Что это были за записи? Отец называл имена исполнителей (и я их помнил): Эдвард Кеннеди (Дюк) Эллингтон, Билл Хелли, Элвис Пресли, Нат Кинг Кол, Луи Прима, Луис Армстронг, Кили Смит, Дорис Дей, Пет Бун, Фрэнк Синатра, Пол Анка, Фреди Билл, Джон Винсент, Бени Гудман. Эти записи я слышал на магнитофоне много раз.

Но в то же время, я и побаивался этой музыки. Таковы были некоторые композиции Элвиса Пресли («Тюремный рок»), Фреди Билла (одна из композиций содержала звуки наподобие собачьего воя), у Дорис Дей — треск, как будто рвут бумагу, у Пола Анка было одно слово (я слышал его как «схапч»), от которого у меня холодело в желудке. Мне казалось, что магнитофону больно от такой музыки. В некоторых случаях мама успокаивала меня, говоря, что это не магнитофон рычит, а телевизор, а магнитофон находится рядышком. Вскоре я понял, что это уловка, призванная успокоить меня.

Но больше всех исполнителей мне нравился Армстронг. У него необычный голос (хриплый).
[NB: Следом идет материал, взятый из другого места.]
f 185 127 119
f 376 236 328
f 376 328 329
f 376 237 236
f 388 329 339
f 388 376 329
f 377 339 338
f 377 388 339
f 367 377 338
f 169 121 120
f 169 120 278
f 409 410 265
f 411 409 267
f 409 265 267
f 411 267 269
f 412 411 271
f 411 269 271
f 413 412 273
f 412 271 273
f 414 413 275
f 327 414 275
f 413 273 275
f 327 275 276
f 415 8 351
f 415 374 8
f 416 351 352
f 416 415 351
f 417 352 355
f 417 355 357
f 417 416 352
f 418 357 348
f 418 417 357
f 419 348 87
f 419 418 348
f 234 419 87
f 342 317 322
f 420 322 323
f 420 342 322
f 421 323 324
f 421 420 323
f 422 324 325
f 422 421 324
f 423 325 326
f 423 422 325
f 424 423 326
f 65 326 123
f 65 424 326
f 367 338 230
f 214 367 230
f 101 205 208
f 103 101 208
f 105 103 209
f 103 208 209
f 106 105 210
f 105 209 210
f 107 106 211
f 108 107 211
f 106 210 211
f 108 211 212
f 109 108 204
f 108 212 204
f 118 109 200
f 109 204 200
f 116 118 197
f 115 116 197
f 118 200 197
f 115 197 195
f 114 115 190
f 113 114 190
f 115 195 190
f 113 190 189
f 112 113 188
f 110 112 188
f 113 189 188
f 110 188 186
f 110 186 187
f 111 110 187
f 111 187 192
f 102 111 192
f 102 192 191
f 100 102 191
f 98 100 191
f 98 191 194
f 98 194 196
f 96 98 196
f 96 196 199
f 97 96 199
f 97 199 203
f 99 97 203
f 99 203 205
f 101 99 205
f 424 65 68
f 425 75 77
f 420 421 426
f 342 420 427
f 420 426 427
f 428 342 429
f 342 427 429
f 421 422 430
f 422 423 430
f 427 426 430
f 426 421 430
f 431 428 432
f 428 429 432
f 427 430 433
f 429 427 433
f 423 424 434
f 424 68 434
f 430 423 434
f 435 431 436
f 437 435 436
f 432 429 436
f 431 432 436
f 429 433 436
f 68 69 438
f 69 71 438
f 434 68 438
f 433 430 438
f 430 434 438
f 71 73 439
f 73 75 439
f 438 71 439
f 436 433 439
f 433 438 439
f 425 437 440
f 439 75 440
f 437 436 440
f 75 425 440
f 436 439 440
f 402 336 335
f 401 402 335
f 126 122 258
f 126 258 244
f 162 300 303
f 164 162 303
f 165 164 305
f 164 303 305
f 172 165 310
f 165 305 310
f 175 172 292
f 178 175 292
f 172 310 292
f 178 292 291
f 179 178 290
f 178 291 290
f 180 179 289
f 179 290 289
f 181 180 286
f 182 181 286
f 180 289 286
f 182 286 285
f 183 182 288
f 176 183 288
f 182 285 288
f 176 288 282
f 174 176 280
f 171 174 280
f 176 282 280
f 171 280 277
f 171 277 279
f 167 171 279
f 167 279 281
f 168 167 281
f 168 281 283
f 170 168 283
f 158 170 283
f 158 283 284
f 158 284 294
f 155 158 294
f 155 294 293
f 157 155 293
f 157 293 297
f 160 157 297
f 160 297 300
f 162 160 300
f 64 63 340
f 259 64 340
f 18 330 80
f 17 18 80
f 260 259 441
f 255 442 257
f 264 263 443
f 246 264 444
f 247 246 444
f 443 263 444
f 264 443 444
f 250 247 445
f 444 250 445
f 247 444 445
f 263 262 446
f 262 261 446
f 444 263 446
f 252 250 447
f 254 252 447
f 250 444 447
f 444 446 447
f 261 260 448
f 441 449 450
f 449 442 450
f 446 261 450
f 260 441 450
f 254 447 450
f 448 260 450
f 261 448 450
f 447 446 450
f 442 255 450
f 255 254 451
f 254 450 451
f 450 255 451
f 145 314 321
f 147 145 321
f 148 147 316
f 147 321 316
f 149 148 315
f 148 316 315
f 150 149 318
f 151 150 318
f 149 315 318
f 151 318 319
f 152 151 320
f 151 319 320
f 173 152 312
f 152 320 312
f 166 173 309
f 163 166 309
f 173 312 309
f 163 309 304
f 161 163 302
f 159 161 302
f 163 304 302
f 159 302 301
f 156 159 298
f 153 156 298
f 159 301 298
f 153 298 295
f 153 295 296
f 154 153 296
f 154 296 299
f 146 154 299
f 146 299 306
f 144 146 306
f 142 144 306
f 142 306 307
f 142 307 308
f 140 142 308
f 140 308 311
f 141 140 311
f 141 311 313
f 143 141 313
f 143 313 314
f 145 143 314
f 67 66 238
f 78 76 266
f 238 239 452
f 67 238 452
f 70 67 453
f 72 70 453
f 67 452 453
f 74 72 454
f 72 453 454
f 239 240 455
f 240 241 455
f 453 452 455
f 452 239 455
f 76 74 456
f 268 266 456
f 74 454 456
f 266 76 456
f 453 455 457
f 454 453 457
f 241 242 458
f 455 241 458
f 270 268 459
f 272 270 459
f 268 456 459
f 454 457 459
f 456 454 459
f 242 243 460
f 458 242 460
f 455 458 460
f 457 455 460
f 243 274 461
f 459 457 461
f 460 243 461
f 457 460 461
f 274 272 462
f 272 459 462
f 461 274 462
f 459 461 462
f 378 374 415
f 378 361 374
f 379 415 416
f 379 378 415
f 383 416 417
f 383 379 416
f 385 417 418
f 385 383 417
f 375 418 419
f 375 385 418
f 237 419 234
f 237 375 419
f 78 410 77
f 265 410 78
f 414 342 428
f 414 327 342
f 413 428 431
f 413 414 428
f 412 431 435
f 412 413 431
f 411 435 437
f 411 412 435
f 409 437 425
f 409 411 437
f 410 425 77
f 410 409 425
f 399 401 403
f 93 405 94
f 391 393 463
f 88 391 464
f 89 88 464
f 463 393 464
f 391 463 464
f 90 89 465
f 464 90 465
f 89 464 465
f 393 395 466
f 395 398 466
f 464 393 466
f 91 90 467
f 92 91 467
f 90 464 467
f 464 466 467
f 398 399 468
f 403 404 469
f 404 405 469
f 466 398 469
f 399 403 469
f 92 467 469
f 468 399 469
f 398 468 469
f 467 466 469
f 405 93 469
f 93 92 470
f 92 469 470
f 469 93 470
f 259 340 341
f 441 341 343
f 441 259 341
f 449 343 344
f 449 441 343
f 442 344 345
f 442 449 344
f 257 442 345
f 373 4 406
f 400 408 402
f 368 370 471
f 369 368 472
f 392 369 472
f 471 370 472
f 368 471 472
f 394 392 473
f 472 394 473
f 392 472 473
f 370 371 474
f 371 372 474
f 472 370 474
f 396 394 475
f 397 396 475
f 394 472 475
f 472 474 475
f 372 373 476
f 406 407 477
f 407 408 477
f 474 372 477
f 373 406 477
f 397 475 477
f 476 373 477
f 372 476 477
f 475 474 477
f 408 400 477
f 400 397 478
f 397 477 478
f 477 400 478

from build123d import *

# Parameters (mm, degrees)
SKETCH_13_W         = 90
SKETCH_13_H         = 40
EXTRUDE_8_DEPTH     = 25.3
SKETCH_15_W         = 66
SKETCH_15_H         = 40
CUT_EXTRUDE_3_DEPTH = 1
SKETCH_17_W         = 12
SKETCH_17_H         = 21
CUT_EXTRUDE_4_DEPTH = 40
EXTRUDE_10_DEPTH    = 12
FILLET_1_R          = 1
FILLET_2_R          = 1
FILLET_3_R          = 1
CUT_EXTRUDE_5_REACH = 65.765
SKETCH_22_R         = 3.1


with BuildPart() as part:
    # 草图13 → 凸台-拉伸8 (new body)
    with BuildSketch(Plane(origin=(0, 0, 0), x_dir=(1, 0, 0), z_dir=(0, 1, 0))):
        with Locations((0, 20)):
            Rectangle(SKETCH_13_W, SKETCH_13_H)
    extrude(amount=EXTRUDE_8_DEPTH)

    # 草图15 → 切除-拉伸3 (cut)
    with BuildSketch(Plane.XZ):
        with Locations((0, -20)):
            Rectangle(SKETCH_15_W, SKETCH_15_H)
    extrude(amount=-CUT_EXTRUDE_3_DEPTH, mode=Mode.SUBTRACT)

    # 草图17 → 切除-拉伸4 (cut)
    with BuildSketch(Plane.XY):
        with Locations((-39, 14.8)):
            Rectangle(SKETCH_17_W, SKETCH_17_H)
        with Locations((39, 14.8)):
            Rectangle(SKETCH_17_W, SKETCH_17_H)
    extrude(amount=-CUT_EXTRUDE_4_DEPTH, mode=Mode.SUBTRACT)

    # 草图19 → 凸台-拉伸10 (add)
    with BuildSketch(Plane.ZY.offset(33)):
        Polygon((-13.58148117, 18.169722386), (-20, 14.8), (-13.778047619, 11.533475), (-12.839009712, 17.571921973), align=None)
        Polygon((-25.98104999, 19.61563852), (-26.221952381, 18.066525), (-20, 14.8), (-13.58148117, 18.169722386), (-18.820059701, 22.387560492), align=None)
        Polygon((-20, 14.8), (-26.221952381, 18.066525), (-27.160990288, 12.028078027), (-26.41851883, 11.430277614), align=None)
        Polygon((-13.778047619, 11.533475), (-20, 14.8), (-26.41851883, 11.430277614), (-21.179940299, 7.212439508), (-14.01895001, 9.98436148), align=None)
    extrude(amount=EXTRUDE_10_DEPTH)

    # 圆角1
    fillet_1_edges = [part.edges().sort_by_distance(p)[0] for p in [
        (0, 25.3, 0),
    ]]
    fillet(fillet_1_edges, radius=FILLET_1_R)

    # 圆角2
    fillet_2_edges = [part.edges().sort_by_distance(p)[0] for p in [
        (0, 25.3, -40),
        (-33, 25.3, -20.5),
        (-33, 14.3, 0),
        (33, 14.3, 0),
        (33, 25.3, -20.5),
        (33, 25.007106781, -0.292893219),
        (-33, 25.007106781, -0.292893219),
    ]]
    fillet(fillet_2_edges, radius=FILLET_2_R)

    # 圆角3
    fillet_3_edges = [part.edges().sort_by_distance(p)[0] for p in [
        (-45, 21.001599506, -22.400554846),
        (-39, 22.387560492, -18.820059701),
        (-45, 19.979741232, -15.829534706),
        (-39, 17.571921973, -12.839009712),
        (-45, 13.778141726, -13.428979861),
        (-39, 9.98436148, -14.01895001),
Помню, что когда летом 1960 года отец привозил магнитофон в деревню Горьковское, он не раз включал его. Однажды, в самый неподходящий момент, я завопил: «Включи магнитофон. Я хочу слушать Армстронга». Но желаемого так и не получил. Кричал я довольно нудно. В конце концов, до меня дошло, что всему своё время.

Конечно, я слушал не только джаз. Доходила до меня музыка и из радиопередач. Уже в четыре-пять лет я знал таких исполнителей, как Людмила Иванова, Нина Зазнобина, Рубина Калантарян, Эдуард Хиль, Борис Штоколов, Борис Гмыря, Георг Отс. Не всегда понимая, о чём они поют, я различал их по голосам.

Отец постоянно развивал мою музыкальную память. С тех пор, как мне подарили детский рояль, отец постепенно приучал меня к нотам, к их названиям, к тому, чем одна нота по звучанию отличается от другой.

Была у меня возможность слушать и классическую музыку. Дочь Любови Александровны, Татьяна Николаевна (Татика, как мы её звали), студентка математико-механического факультета университета, брала уроки музыки, училась игре на скрипке. Некоторые произведения я впервые услышал именно в её ученическом исполнении. Так я познакомился с рондо В. А. Моцарта, его «Турецким маршем» (рондо в турецком стиле из фортепианной сонаты ля-мажор).

Был у Татьяны Николаевны проигрыватель «Волга» и несколько пластинок. Знакомила она меня с произведениями Бетховена («Крейцерова соната», «Лунная соната»), Брамса («Венгерские танцы»).

Наши прослушивания музыкальных произведений происходили на протяжении всего того периода моего детства, пока я общался с этой семьёй. Но всё же был один случай, когда она мне отказала. Возможно, у неё были какие-то дела. Я её просил: «Ну, пожалуйста, давайте послушаем музыку!». Она ответила: «Никаких музык». Я снова: «Ну давайте послушаем первую сонату Бетховена». «Никаких первых сонат» — сказала она. Никогда после подобного не повторялось.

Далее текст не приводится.